The Guardian gets points for giving one of their data journalists, the talented Alvin Chang, plenty of space to debunk the supposed relationship. But then it undermines him by going with a click-baity question mark headline: “Leos are most likely to get vaccinated, say Utah officials. Is it written in the stars?” No, it’s not.

The press, and newspapers in particular, are due for a reckoning for their role in legitimizing and promoting astrology, a superstition that’s basically a gateway to all manner of pseudoscience and misinformation. Horoscopes have been a staple of print dailies for decades, giving the impression that astrology is as vital a piece of civic knowledge as box scores, weather reports and Wall Street returns.

Some folks argue that astrology is just harmless entertainment and that we should let people enjoy things. I might have bought this two decades ago, before a misinformation crisis was tearing the country apart. But today I find it impossible to defend. A 2018 poll by the National Science Foundation found that nearly 40 percent of Americans believe astrology is “very” or “sort of” scientific, while Pew has found that close to one third “believe” in it.

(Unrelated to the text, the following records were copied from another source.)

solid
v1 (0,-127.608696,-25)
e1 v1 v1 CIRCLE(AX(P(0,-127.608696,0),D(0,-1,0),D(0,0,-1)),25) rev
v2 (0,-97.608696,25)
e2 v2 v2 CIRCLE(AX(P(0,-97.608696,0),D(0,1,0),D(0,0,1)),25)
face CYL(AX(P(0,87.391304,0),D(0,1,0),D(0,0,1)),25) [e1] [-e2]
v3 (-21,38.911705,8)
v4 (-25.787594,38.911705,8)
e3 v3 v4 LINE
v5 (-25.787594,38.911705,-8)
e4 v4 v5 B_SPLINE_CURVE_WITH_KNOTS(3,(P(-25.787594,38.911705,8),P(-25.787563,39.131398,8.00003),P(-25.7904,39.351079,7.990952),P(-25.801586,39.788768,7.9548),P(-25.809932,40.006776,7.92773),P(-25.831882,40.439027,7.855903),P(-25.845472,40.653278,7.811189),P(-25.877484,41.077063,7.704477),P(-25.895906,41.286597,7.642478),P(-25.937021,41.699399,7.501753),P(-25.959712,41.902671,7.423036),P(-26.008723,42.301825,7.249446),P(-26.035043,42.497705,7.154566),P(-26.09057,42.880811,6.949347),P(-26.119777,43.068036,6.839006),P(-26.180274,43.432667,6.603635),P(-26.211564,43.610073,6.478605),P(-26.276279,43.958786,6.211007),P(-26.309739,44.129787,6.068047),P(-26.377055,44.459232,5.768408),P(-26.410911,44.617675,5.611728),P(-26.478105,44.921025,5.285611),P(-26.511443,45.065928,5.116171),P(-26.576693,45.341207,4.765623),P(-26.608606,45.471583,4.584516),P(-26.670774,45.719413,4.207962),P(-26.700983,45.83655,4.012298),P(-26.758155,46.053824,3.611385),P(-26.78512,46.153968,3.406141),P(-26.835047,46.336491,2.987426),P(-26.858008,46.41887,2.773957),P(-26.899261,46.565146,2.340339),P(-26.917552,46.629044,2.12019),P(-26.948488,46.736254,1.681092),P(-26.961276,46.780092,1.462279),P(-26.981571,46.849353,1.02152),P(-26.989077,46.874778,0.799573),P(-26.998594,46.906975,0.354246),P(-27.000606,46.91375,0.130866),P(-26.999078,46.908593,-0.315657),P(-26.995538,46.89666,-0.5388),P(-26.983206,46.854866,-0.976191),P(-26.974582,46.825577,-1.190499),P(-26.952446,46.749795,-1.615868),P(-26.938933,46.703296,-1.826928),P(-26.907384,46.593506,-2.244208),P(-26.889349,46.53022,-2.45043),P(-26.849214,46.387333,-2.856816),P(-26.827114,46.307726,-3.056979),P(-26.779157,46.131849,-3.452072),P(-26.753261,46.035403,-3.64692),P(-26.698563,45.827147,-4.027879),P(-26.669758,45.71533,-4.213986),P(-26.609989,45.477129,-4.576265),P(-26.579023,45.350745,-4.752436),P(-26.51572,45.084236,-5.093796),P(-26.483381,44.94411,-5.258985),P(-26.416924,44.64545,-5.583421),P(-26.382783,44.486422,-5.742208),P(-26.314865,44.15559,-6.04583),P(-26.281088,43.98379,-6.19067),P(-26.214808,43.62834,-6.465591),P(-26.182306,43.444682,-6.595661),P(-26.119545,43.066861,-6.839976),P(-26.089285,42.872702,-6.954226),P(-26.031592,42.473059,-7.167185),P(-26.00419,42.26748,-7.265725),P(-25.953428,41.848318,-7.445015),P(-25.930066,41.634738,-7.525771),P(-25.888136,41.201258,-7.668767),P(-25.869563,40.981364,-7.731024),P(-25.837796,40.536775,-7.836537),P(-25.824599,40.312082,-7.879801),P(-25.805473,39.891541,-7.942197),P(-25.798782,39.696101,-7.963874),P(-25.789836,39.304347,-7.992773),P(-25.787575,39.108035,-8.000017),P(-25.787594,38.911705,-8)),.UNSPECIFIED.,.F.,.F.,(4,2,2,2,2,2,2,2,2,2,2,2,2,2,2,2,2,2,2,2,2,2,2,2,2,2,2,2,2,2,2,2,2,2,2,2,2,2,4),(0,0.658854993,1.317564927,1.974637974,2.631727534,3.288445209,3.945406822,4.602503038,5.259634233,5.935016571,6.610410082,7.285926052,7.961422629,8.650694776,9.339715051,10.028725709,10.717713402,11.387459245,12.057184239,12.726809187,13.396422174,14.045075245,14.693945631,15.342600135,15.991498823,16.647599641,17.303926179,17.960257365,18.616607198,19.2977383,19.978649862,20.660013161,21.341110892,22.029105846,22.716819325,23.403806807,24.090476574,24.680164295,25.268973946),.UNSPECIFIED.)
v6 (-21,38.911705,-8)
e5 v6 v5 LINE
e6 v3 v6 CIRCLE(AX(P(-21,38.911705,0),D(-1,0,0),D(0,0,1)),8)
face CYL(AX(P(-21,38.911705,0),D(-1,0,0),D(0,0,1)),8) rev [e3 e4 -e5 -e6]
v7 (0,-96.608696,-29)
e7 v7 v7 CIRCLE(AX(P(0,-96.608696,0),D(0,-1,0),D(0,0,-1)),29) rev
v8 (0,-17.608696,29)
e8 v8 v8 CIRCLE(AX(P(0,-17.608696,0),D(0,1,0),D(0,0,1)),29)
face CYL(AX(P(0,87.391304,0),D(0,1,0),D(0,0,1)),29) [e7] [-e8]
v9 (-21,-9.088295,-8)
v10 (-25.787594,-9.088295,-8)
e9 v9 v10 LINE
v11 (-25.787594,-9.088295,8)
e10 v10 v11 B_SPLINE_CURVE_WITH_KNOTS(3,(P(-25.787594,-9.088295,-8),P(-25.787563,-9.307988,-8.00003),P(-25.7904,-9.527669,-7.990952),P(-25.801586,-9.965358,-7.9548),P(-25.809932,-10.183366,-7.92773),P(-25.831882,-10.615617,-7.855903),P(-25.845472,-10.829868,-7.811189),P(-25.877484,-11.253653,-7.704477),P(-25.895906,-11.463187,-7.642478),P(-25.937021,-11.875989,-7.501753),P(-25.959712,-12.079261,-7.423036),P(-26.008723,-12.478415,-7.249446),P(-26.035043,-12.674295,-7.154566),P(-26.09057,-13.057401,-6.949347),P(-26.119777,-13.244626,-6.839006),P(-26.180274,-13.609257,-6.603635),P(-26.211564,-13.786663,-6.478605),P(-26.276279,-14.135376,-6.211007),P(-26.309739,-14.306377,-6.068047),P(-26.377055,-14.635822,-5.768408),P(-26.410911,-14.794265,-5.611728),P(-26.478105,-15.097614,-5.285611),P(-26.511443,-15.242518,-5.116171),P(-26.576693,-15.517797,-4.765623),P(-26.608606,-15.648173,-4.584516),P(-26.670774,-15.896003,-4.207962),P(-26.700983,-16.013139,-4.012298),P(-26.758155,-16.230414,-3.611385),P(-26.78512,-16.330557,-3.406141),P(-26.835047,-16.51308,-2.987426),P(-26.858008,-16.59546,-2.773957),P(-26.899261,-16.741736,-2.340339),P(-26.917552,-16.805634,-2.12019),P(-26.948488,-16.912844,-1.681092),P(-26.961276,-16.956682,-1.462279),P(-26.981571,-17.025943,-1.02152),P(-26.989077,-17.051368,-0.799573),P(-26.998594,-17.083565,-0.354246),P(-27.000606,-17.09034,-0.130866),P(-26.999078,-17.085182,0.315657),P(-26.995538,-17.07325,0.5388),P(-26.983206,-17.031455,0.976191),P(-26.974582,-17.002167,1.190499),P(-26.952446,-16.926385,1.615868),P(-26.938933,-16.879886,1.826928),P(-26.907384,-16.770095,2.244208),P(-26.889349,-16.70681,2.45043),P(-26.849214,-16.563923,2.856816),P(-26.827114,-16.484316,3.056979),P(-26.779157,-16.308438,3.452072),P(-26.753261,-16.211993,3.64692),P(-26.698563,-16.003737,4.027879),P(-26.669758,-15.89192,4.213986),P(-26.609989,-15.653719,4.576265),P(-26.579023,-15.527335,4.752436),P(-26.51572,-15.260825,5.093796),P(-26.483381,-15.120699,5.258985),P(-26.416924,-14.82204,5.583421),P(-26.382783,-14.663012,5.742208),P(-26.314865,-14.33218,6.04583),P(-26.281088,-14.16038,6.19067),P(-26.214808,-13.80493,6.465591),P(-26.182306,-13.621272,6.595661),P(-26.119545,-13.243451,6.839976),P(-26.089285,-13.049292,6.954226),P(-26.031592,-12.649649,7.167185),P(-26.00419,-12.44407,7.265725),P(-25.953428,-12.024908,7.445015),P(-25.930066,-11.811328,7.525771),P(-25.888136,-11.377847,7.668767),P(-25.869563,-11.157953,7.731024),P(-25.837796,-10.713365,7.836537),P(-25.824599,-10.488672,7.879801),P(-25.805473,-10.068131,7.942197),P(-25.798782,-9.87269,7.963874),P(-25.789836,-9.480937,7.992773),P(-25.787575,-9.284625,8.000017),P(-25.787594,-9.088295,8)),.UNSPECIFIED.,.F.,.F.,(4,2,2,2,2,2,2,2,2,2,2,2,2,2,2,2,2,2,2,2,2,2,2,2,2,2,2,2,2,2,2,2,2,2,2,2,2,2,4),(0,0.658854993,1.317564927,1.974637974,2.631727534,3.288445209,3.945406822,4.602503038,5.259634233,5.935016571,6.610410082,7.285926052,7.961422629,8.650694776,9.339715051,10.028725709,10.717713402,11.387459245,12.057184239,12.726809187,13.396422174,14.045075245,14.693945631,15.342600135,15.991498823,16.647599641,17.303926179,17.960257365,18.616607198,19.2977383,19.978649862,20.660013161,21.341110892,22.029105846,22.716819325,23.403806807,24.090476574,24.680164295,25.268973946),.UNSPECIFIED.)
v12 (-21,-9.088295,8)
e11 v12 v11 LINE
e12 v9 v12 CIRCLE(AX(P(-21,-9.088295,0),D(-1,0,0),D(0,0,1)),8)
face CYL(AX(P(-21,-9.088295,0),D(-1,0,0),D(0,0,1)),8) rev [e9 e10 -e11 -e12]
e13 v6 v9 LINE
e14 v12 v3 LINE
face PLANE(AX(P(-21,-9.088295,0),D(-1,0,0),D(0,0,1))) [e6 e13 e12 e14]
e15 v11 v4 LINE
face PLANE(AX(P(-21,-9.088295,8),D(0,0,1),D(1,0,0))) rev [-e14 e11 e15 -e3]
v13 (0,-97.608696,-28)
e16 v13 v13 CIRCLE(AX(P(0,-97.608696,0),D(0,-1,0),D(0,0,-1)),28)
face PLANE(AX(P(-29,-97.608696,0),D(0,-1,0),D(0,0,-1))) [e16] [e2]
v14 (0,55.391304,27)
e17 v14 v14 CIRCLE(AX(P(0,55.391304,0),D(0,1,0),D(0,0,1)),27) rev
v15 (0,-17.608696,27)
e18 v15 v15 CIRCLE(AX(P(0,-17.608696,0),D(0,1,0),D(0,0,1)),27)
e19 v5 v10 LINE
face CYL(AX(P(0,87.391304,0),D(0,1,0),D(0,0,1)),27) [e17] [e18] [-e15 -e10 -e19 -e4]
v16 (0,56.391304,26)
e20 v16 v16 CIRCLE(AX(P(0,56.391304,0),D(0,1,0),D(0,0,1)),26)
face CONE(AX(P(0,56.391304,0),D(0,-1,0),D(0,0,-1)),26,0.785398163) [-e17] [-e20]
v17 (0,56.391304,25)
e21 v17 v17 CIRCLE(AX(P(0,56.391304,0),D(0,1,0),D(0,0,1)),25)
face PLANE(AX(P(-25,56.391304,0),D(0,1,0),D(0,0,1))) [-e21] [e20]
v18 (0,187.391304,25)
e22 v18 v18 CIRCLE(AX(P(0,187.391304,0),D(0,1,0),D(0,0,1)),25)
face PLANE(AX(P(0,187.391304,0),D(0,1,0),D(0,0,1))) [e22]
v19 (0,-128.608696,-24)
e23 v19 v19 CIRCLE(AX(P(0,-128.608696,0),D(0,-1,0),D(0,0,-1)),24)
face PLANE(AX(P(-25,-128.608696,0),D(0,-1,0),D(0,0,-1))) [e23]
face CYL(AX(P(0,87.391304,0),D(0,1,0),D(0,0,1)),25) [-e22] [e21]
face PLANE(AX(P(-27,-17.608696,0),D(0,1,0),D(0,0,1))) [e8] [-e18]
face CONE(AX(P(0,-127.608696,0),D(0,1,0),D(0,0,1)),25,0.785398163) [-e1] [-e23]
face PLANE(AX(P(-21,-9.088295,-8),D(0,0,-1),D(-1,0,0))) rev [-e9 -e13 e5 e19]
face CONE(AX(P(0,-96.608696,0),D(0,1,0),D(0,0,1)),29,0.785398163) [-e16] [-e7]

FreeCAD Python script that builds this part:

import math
import FreeCAD as App
import Part
import Sketcher

V = App.Vector


def edges_at(feature, points):
    """Names of the edges that pass closest to the given points."""
    edges = feature.Shape.Edges
    near = lambda p: min(range(len(edges)), key=lambda i: edges[i].distToShape(Part.Vertex(*p))[0])
    return sorted({f"Edge{near(p) + 1}" for p in points})

doc = App.newDocument("Part")
body = doc.addObject("PartDesign::Body", "Body")

sketch1 = doc.addObject("Sketcher::SketchObject", "Sketch")
body.addObject(sketch1)
sketch1.AttachmentSupport = (doc.XY_Plane, [""])
sketch1.MapMode = "FlatFace"
sketch1.addGeometry(Part.LineSegment(V(0, -128.6, 0), V(0, 87.4, 0)), False)
sketch1.addGeometry(Part.LineSegment(V(0, 87.4, 0), V(-25, 87.4, 0)), False)
sketch1.addGeometry(Part.LineSegment(V(-25, 87.4, 0), V(-25, 56.4, 0)), False)
sketch1.addGeometry(Part.LineSegment(V(-25, 56.4, 0), V(-27, 56.4, 0)), False)
sketch1.addGeometry(Part.LineSegment(V(-27, 56.4, 0), V(-27, -17.6, 0)), False)
sketch1.addGeometry(Part.LineSegment(V(-27, -17.6, 0), V(-29, -17.6, 0)), False)
sketch1.addGeometry(Part.LineSegment(V(-29, -17.6, 0), V(-29, -97.6, 0)), False)
sketch1.addGeometry(Part.LineSegment(V(-29, -97.6, 0), V(-25, -97.6, 0)), False)
sketch1.addGeometry(Part.LineSegment(V(-25, -97.6, 0), V(-25, -128.6, 0)), False)
sketch1.addGeometry(Part.LineSegment(V(-25, -128.6, 0), V(0, -128.6, 0)), False)
sketch1.addConstraint(Sketcher.Constraint("Coincident", 0, 2, 1, 1))
sketch1.addConstraint(Sketcher.Constraint("Coincident", 1, 2, 2, 1))
sketch1.addConstraint(Sketcher.Constraint("Coincident", 2, 2, 3, 1))
sketch1.addConstraint(Sketcher.Constraint("Coincident", 3, 2, 4, 1))
sketch1.addConstraint(Sketcher.Constraint("Coincident", 4, 2, 5, 1))
sketch1.addConstraint(Sketcher.Constraint("Coincident", 5, 2, 6, 1))
sketch1.addConstraint(Sketcher.Constraint("Coincident", 6, 2, 7, 1))
sketch1.addConstraint(Sketcher.Constraint("Coincident", 7, 2, 8, 1))
sketch1.addConstraint(Sketcher.Constraint("Coincident", 8, 2, 9, 1))
sketch1.addConstraint(Sketcher.Constraint("Coincident", 9, 2, 0, 1))
sketch1.addConstraint(Sketcher.Constraint("Vertical", 0))
sketch1.addConstraint(Sketcher.Constraint("Horizontal", 1))
sketch1.addConstraint(Sketcher.Constraint("Vertical", 2))
sketch1.addConstraint(Sketcher.Constraint("Horizontal", 3))
sketch1.addConstraint(Sketcher.Constraint("Vertical", 4))
sketch1.addConstraint(Sketcher.Constraint("Horizontal", 5))
sketch1.addConstraint(Sketcher.Constraint("Vertical", 6))
sketch1.addConstraint(Sketcher.Constraint("Horizontal", 7))
sketch1.addConstraint(Sketcher.Constraint("Vertical", 8))
sketch1.addConstraint(Sketcher.Constraint("Horizontal", 9))
sketch1.addConstraint(Sketcher.Constraint("PointOnObject", 0, 2, -2))
sketch1.addConstraint(Sketcher.Constraint("Vertical", 2, 2, 7, 2))
sketch1.addConstraint(Sketcher.Constraint("Equal", 3, 5))
sketch1.addConstraint(Sketcher.Constraint("Equal", 2, 8))
sketch1.addConstraint(Sketcher.Constraint("DistanceX", 1, 2, 1, 1, 25.0))
sketch1.addConstraint(Sketcher.Constraint("DistanceX", 3, 2, 3, 1, 2.0))
sketch1.addConstraint(Sketcher.Constraint("DistanceY", 0, 1, 0, 2, 216.0))
sketch1.addConstraint(Sketcher.Constraint("DistanceY", 2, 2, 2, 1, 31.0))
sketch1.addConstraint(Sketcher.Constraint("DistanceY", 4, 2, 4, 1, 74.0))
sketch1.addConstraint(Sketcher.Constraint("DistanceY", -1, 1, 0, 2, 87.391304))
revolution = doc.addObject("PartDesign::Revolution", "Revolution")
body.addObject(revolution)
revolution.Profile = sketch1
revolution.ReferenceAxis = (sketch1, ["V_Axis"])
revolution.Angle = 360
doc.recompute()

chamfer = doc.addObject("PartDesign::Chamfer", "Chamfer")
body.addObject(chamfer)
chamfer.Base = (revolution, edges_at(revolution, [(27, 56.391, 0), (25, -128.609, 0), (29, -97.609, 0)]))
chamfer.Size = 1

These false beliefs do real-world harm, as astronomer Phil Plait persuasively writes. The astrology industry drains billions of dollars from the economy annually. It promotes sloppy thinking: “The more we teach people to simply accept anecdotal stories, hearsay, cherry-picked data (picking out what supports your claims but ignoring what doesn't), and, frankly, out-and-out lies, the harder it gets for people to think clearly,” Plait writes.

While newspapers rightly denounce misinformation and conspiracy theories, they continue to peddle horoscopes and astrological nonsense alongside the good work of their reporters. They’re promoting pseudoscience and superstition. Plait’s right: it’s sloppy. And that sloppiness is on full display in much of the coverage of the Salt Lake County health department’s stunt.